# Work order
Return only the lines of the listing below that run from the line with "e48 v13 v16 LINE" through the line with "-e27 -e46 e33]", both ends included, exactly as written.

# Extracted data
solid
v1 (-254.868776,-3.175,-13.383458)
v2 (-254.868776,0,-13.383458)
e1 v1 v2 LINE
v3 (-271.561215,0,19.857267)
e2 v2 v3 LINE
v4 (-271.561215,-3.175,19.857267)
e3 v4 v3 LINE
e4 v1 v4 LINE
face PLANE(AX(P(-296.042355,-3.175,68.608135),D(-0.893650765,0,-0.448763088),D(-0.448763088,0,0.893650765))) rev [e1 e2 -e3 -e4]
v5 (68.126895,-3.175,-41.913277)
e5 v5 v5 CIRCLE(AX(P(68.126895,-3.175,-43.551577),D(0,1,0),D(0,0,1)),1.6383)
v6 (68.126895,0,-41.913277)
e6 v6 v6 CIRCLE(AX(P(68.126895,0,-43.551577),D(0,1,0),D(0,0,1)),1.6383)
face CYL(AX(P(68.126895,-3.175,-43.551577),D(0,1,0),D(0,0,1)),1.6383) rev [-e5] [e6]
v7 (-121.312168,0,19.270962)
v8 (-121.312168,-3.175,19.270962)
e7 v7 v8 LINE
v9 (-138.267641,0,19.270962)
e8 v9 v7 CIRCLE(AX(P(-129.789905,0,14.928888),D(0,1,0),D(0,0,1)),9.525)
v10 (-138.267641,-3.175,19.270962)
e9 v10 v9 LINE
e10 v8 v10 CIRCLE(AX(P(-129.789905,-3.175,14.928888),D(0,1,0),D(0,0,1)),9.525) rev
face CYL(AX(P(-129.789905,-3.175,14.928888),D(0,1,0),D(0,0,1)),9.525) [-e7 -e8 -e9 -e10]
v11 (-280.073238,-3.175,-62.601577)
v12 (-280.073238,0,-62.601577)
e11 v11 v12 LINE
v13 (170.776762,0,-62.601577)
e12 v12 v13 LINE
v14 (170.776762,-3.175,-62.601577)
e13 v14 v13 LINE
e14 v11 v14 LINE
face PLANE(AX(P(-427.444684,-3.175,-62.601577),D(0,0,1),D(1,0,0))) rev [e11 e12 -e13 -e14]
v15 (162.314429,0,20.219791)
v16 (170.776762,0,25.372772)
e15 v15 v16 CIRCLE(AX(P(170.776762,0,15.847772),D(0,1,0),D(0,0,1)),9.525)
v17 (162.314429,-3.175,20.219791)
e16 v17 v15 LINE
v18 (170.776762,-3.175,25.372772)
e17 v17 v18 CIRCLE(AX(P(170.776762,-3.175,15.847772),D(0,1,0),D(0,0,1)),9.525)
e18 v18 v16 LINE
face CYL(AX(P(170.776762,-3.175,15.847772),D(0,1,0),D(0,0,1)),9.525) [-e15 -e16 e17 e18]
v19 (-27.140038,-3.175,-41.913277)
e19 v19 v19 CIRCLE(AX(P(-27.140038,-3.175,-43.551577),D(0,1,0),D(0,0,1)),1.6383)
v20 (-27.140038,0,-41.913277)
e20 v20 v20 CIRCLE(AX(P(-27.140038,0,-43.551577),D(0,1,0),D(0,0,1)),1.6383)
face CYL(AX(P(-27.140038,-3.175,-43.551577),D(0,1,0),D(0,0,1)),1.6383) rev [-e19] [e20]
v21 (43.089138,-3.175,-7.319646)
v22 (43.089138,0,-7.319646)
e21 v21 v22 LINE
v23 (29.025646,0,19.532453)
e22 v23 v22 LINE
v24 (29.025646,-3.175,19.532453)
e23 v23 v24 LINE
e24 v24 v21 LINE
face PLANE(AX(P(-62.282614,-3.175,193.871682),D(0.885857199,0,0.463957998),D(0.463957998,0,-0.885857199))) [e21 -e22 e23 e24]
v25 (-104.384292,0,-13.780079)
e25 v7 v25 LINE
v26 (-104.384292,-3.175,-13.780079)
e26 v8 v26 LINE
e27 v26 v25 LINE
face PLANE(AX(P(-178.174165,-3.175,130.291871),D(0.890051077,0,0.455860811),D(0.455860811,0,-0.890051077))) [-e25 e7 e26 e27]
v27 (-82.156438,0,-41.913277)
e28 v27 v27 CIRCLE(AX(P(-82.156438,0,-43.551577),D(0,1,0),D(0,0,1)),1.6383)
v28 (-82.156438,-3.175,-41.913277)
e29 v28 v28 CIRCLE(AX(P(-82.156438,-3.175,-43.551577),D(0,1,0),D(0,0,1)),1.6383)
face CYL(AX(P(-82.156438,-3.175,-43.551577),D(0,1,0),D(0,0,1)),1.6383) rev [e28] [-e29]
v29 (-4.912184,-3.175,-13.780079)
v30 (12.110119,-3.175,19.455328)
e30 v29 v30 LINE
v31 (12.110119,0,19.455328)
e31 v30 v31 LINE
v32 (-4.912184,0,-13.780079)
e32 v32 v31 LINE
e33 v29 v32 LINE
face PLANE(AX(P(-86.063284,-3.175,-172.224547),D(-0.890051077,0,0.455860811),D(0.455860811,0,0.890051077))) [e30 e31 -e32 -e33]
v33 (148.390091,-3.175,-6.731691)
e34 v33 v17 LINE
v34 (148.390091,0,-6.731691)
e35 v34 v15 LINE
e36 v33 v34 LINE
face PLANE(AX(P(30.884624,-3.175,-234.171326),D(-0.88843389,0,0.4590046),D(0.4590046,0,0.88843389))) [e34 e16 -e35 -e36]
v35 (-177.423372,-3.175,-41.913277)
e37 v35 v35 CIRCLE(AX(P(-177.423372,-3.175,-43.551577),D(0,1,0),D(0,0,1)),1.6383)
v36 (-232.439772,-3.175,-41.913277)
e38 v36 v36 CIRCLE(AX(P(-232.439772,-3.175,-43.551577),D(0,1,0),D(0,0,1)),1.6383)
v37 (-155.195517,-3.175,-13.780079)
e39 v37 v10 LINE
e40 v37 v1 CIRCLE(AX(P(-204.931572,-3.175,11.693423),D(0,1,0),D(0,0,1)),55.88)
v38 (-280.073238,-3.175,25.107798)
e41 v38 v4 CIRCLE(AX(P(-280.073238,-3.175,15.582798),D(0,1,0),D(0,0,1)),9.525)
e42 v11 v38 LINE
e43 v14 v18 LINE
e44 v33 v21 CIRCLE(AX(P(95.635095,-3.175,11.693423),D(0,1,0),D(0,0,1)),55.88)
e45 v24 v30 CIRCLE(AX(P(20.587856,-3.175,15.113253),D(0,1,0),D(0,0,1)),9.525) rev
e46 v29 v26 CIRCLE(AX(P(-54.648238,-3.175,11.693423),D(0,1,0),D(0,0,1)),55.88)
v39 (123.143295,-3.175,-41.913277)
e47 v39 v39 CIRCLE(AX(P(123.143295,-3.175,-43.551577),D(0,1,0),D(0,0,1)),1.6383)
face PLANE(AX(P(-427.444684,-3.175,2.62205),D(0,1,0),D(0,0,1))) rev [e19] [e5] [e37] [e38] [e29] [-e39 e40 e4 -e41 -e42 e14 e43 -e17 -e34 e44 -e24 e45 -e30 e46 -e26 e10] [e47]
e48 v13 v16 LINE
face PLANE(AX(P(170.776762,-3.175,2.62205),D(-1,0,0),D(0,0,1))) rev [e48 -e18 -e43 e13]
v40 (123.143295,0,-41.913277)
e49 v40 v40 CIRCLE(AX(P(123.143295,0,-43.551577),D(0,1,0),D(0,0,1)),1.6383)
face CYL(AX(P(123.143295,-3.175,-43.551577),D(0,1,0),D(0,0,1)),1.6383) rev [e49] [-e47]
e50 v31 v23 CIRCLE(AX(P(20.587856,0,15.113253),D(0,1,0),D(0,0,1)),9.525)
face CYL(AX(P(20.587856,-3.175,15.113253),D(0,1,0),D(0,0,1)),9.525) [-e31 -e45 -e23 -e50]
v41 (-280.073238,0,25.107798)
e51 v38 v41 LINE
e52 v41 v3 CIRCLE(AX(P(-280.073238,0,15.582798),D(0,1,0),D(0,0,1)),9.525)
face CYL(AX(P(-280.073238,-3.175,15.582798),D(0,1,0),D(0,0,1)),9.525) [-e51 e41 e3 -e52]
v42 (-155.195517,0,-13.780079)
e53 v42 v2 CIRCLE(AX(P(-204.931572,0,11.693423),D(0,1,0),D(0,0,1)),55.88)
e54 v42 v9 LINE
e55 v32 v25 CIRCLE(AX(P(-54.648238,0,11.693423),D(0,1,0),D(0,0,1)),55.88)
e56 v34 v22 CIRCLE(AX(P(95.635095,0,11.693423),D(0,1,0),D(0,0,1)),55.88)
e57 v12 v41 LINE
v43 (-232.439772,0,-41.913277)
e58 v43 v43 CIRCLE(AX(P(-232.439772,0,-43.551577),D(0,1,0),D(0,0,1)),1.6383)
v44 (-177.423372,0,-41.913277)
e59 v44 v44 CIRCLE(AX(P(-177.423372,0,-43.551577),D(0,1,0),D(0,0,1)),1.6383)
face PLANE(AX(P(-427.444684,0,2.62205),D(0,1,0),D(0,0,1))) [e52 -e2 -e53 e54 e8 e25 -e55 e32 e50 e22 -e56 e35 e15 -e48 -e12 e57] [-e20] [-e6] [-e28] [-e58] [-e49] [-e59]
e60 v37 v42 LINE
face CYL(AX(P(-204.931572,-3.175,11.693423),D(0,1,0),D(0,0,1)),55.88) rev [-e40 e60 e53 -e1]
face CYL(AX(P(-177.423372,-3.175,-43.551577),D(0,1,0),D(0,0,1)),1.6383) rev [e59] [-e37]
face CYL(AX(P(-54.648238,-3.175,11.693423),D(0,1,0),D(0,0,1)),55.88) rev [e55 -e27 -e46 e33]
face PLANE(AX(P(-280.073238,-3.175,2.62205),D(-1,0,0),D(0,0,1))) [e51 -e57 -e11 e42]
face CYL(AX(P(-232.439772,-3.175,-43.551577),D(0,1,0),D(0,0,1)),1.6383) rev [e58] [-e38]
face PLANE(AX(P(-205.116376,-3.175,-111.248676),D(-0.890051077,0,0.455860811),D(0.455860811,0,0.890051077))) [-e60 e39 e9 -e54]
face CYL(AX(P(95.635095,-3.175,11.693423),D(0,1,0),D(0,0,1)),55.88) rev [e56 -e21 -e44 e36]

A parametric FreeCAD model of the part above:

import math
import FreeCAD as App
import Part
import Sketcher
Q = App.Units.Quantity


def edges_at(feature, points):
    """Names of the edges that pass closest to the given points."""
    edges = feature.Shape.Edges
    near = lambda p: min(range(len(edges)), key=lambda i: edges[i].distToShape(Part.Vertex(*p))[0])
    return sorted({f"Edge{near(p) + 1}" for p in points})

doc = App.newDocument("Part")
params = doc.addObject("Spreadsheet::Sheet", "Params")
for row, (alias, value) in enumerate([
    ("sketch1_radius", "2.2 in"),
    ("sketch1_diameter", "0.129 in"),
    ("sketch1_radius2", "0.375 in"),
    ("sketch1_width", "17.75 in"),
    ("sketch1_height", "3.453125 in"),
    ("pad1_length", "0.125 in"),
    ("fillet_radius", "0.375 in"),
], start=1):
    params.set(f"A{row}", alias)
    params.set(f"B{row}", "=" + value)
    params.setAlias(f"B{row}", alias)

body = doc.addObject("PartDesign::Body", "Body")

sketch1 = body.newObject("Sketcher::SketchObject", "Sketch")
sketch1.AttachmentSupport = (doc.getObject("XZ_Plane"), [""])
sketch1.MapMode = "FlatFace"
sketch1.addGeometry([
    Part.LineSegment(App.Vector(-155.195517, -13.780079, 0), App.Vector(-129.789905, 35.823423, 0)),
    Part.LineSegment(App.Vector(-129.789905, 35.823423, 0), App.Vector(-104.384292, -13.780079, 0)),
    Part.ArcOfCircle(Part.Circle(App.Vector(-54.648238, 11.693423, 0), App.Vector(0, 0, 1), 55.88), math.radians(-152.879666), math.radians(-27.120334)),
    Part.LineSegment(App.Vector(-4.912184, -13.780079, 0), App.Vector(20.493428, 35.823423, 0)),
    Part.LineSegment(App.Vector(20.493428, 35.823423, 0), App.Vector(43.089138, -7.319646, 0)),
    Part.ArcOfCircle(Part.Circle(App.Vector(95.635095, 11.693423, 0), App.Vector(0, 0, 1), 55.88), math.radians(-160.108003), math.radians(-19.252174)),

# Output
e48 v13 v16 LINE
face PLANE(AX(P(170.776762,-3.175,2.62205),D(-1,0,0),D(0,0,1))) rev [e48 -e18 -e43 e13]
v40 (123.143295,0,-41.913277)
e49 v40 v40 CIRCLE(AX(P(123.143295,0,-43.551577),D(0,1,0),D(0,0,1)),1.6383)
face CYL(AX(P(123.143295,-3.175,-43.551577),D(0,1,0),D(0,0,1)),1.6383) rev [e49] [-e47]
e50 v31 v23 CIRCLE(AX(P(20.587856,0,15.113253),D(0,1,0),D(0,0,1)),9.525)
face CYL(AX(P(20.587856,-3.175,15.113253),D(0,1,0),D(0,0,1)),9.525) [-e31 -e45 -e23 -e50]
v41 (-280.073238,0,25.107798)
e51 v38 v41 LINE
e52 v41 v3 CIRCLE(AX(P(-280.073238,0,15.582798),D(0,1,0),D(0,0,1)),9.525)
face CYL(AX(P(-280.073238,-3.175,15.582798),D(0,1,0),D(0,0,1)),9.525) [-e51 e41 e3 -e52]
v42 (-155.195517,0,-13.780079)
e53 v42 v2 CIRCLE(AX(P(-204.931572,0,11.693423),D(0,1,0),D(0,0,1)),55.88)
e54 v42 v9 LINE
e55 v32 v25 CIRCLE(AX(P(-54.648238,0,11.693423),D(0,1,0),D(0,0,1)),55.88)
e56 v34 v22 CIRCLE(AX(P(95.635095,0,11.693423),D(0,1,0),D(0,0,1)),55.88)
e57 v12 v41 LINE
v43 (-232.439772,0,-41.913277)
e58 v43 v43 CIRCLE(AX(P(-232.439772,0,-43.551577),D(0,1,0),D(0,0,1)),1.6383)
v44 (-177.423372,0,-41.913277)
e59 v44 v44 CIRCLE(AX(P(-177.423372,0,-43.551577),D(0,1,0),D(0,0,1)),1.6383)
face PLANE(AX(P(-427.444684,0,2.62205),D(0,1,0),D(0,0,1))) [e52 -e2 -e53 e54 e8 e25 -e55 e32 e50 e22 -e56 e35 e15 -e48 -e12 e57] [-e20] [-e6] [-e28] [-e58] [-e49] [-e59]
e60 v37 v42 LINE
face CYL(AX(P(-204.931572,-3.175,11.693423),D(0,1,0),D(0,0,1)),55.88) rev [-e40 e60 e53 -e1]
face CYL(AX(P(-177.423372,-3.175,-43.551577),D(0,1,0),D(0,0,1)),1.6383) rev [e59] [-e37]
face CYL(AX(P(-54.648238,-3.175,11.693423),D(0,1,0),D(0,0,1)),55.88) rev [e55 -e27 -e46 e33]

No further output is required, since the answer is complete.